If you think this is hyperbole, “I am stupid with” is a poem in which a rose the speaker offers his beloved is a tiki torch “to burn down the village/where everyone who isn’t/the person I love lives.” In light of these lines, I shouldn’t have been as surprised as I was to see Kenneth Koch’s name pop up in “Workshop dream.” Nobody imported daffy French Surrealism into American poetry as lovingly as Koch did, and its general infectiousness among the original cohort of the New York School is much of what has kept their work alive and fresh for several decades now. The sociality of the New York School, too, is on offer here; not only the beloved but “Alex,” “Annette,” “Patricia,” “Richard,” “my big sister”—this is a populated landscape of anecdotes and addresses. “Sestina for my friends” combines Dunthorne’s acrobatics with his formal flair—a sestina juggles the same six end-words over six six-line stanzas, with a recapitulative envoi at the end—while at the same time deprecating himself (to his friends) for his own cleverness and self-consciousness, which they already know about and forgive him for; the poem is both apologia and thank-you bouquet.

Amid all this fun and (sophisticated) games, Dunthorne does give us one dark glimpse behind the magician’s cloak: in “Layers of Toine,” a fictitious Flemish psychoanalyst identifies “five layers of self” and subtly suggests a kind of ars poetica: there’s the surface layer (“the carapace”), then “the mirror,” followed by “the river,” “the cavern,” and lastly:

the final layer which Duijsens elected neither to name nor describe because he felt it would harm us too much to learn that our arrogance and blindness are perfectly balanced…a productive contradiction at the heart of his studies, ruining the trick by learning how it’s done.

I can imagine objections to these bits of cleverness: poetry is not a “trick”—not even one you can’t master. But by assuming argumentative or theatrical arenas for their poems, both Dunthorne and Laird make a bid for attention, specifically attention to the language as it’s spoken by those who have authority over us: lawyers, HR personnel, therapists, tech giants. While novels may do that to some extent, there must be a reason these writers still choose to do poetry. At a time when novels are reduced to “narratives,” a kind of plastic that can be modeled for different media, perhaps poetry is the only space where our language can be put under the microscope.

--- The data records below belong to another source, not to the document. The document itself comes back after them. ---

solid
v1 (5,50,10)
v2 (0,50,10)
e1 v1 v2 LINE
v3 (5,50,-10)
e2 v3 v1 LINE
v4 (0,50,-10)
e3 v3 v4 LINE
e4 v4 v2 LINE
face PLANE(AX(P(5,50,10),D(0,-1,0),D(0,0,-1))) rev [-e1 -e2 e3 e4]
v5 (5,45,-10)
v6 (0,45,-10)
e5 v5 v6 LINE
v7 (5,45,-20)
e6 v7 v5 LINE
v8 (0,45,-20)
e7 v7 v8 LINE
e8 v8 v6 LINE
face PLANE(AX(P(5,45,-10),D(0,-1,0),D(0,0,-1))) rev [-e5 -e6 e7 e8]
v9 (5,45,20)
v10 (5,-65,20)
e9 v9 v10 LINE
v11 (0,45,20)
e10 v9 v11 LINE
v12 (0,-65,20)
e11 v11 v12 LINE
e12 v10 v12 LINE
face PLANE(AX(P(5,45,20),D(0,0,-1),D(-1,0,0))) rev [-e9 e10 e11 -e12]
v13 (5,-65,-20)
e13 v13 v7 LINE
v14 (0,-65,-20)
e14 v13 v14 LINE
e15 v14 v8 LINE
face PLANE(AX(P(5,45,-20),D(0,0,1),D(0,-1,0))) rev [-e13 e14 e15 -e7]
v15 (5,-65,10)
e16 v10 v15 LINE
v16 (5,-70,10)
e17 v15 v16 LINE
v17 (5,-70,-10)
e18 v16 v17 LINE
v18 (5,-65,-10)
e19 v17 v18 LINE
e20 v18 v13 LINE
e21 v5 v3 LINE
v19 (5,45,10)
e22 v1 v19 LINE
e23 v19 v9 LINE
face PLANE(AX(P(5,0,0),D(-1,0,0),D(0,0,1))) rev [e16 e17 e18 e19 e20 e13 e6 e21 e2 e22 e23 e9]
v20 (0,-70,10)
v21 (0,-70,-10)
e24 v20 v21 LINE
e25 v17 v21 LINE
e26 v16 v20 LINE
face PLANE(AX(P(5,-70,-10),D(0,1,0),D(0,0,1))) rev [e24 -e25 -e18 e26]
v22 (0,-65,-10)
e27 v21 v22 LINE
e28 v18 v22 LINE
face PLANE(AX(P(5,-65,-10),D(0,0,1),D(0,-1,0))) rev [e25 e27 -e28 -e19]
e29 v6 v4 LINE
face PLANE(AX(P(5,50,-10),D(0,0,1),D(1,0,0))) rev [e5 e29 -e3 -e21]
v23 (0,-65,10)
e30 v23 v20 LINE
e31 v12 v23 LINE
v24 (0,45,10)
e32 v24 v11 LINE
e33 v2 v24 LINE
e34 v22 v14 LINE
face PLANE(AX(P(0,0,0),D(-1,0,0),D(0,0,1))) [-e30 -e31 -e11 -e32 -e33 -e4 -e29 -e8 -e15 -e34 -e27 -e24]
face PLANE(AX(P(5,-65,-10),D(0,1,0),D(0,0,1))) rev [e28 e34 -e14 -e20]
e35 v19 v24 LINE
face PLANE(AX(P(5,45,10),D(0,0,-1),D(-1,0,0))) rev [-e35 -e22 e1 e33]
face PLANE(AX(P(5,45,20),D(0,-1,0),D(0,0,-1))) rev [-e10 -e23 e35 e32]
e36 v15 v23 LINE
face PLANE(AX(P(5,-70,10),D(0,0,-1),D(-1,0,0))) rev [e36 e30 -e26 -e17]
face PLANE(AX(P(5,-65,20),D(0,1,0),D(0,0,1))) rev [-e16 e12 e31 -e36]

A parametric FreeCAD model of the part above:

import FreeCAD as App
import Part
import Sketcher
from FreeCAD import Vector
Q = App.Units.Quantity

doc = App.newDocument("Part")
params = doc.addObject("Spreadsheet::Sheet", "Params")
for row, (alias, value) in enumerate([
    ("sketch1_width", "110 mm"),
    ("sketch1_width2", "5 mm"),
    ("sketch1_height", "10 mm"),
    ("sketch1_height2", "20 mm"),
    ("pad1_length", "5 mm"),
], start=1):
    params.set(f"A{row}", alias)
    params.set(f"B{row}", "=" + value)
    params.setAlias(f"B{row}", alias)

body = doc.addObject("PartDesign::Body", "Body")

# Sketch on YZ plane
sketch1 = body.newObject("Sketcher::SketchObject", "Sketch")
sketch1.AttachmentSupport = (doc.getObject("YZ_Plane"), [""])
sketch1.MapMode = "FlatFace"
sketch1.addGeometry(Part.LineSegment(Vector(45, 10, 0), Vector(45, 20, 0)), False)
sketch1.addGeometry(Part.LineSegment(Vector(45, 20, 0), Vector(-65, 20, 0)), False)
sketch1.addGeometry(Part.LineSegment(Vector(-65, 20, 0), Vector(-65, 10, 0)), False)
sketch1.addGeometry(Part.LineSegment(Vector(-65, 10, 0), Vector(-70, 10, 0)), False)
sketch1.addGeometry(Part.LineSegment(Vector(-70, 10, 0), Vector(-70, -10, 0)), False)
sketch1.addGeometry(Part.LineSegment(Vector(-70, -10, 0), Vector(-65, -10, 0)), False)
sketch1.addGeometry(Part.LineSegment(Vector(-65, -10, 0), Vector(-65, -20, 0)), False)
sketch1.addGeometry(Part.LineSegment(Vector(-65, -20, 0), Vector(45, -20, 0)), False)
sketch1.addGeometry(Part.LineSegment(Vector(45, -20, 0), Vector(45, -10, 0)), False)
sketch1.addGeometry(Part.LineSegment(Vector(45, -10, 0), Vector(50, -10, 0)), False)
sketch1.addGeometry(Part.LineSegment(Vector(50, -10, 0), Vector(50, 10, 0)), False)
sketch1.addGeometry(Part.LineSegment(Vector(50, 10, 0), Vector(45, 10, 0)), False)
sketch1.addConstraint(Sketcher.Constraint("Coincident", 0, 2, 1, 1))
sketch1.addConstraint(Sketcher.Constraint("Coincident", 1, 2, 2, 1))
sketch1.addConstraint(Sketcher.Constraint("Coincident", 2, 2, 3, 1))
sketch1.addConstraint(Sketcher.Constraint("Coincident", 3, 2, 4, 1))
sketch1.addConstraint(Sketcher.Constraint("Coincident", 4, 2, 5, 1))
sketch1.addConstraint(Sketcher.Constraint("Coincident", 5, 2, 6, 1))
sketch1.addConstraint(Sketcher.Constraint("Coincident", 6, 2, 7, 1))
sketch1.addConstraint(Sketcher.Constraint("Coincident", 7, 2, 8, 1))
sketch1.addConstraint(Sketcher.Constraint("Coincident", 8, 2, 9, 1))
sketch1.addConstraint(Sketcher.Constraint("Coincident", 9, 2, 10, 1))
sketch1.addConstraint(Sketcher.Constraint("Coincident", 10, 2, 11, 1))
sketch1.addConstraint(Sketcher.Constraint("Coincident", 11, 2, 0, 1))
sketch1.addConstraint(Sketcher.Constraint("Vertical", 0))
sketch1.addConstraint(Sketcher.Constraint("Horizontal", 1))
sketch1.addConstraint(Sketcher.Constraint("Vertical", 2))
sketch1.addConstraint(Sketcher.Constraint("Horizontal", 3))
sketch1.addConstraint(Sketcher.Constraint("Vertical", 4))
sketch1.addConstraint(Sketcher.Constraint("Horizontal", 5))
sketch1.addConstraint(Sketcher.Constraint("Vertical", 6))
sketch1.addConstraint(Sketcher.Constraint("Horizontal", 7))
sketch1.addConstraint(Sketcher.Constraint("Vertical", 8))
sketch1.addConstraint(Sketcher.Constraint("Horizontal", 9))
sketch1.addConstraint(Sketcher.Constraint("Vertical", 10))
sketch1.addConstraint(Sketcher.Constraint("Horizontal", 11))
sketch1.addConstraint(Sketcher.Constraint("Symmetric", 2, 2, 5, 2, -1))
sketch1.addConstraint(Sketcher.Constraint("Symmetric", 0, 2, 7, 2, -1))
sketch1.addConstraint(Sketcher.Constraint("Horizontal", 5, 2, 8, 2))
sketch1.addConstraint(Sketcher.Constraint("Horizontal", 3, 2, 10, 2))
sketch1.addConstraint(Sketcher.Constraint("Equal", 5, 9))
sketch1.addConstraint(Sketcher.Constraint("DistanceX", 1, 2, 1, 1, Q("110 mm")))
sketch1.addConstraint(Sketcher.Constraint("DistanceX", 3, 2, 3, 1, Q("5 mm")))
sketch1.addConstraint(Sketcher.Constraint("DistanceY", 0, 1, 0, 2, Q("10 mm")))
sketch1.addConstraint(Sketcher.Constraint("DistanceY", 4, 2, 4, 1, Q("20 mm")))
sketch1.addConstraint(Sketcher.Constraint("DistanceX", -1, 1, 0, 2, Q("45 mm")))
sketch1.setExpression("Constraints[29]", "Params.sketch1_width")
sketch1.setExpression("Constraints[30]", "Params.sketch1_width2")
sketch1.setExpression("Constraints[31]", "Params.sketch1_height")
sketch1.setExpression("Constraints[32]", "Params.sketch1_height2")
pad1 = body.newObject("PartDesign::Pad", "Pad")
pad1.Profile = sketch1
pad1.setExpression("Length", "Params.pad1_length")

doc.recompute()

Even in light of this—the knowledge that the private life is not the only wellspring for poetry, that it has a duty to be public, too—neither Laird nor Dunthorne can cast off the legacy of this “vale of Soul-making” that John Keats left us with. Laird’s final poem in Feel Free is a translation of “Animula Vagula Blandula,” the Roman emperor Hadrian’s deathbed verse addressed to his “little soul”:

and you will soon depart for
lodgings that lack colour
and where no one will know
how to take your jokes.

Dunthorne, speaking in the voice of a Cubist beyond the grave, writes, “I gave each object its soul, a word I rejected, of course.”

He adds, in a footnote, “Along with all the other words, in my usual insouciant way.” Let us enjoy the little jokes of poets while we can; if our souls are unbelieved, they will be gone soon enough.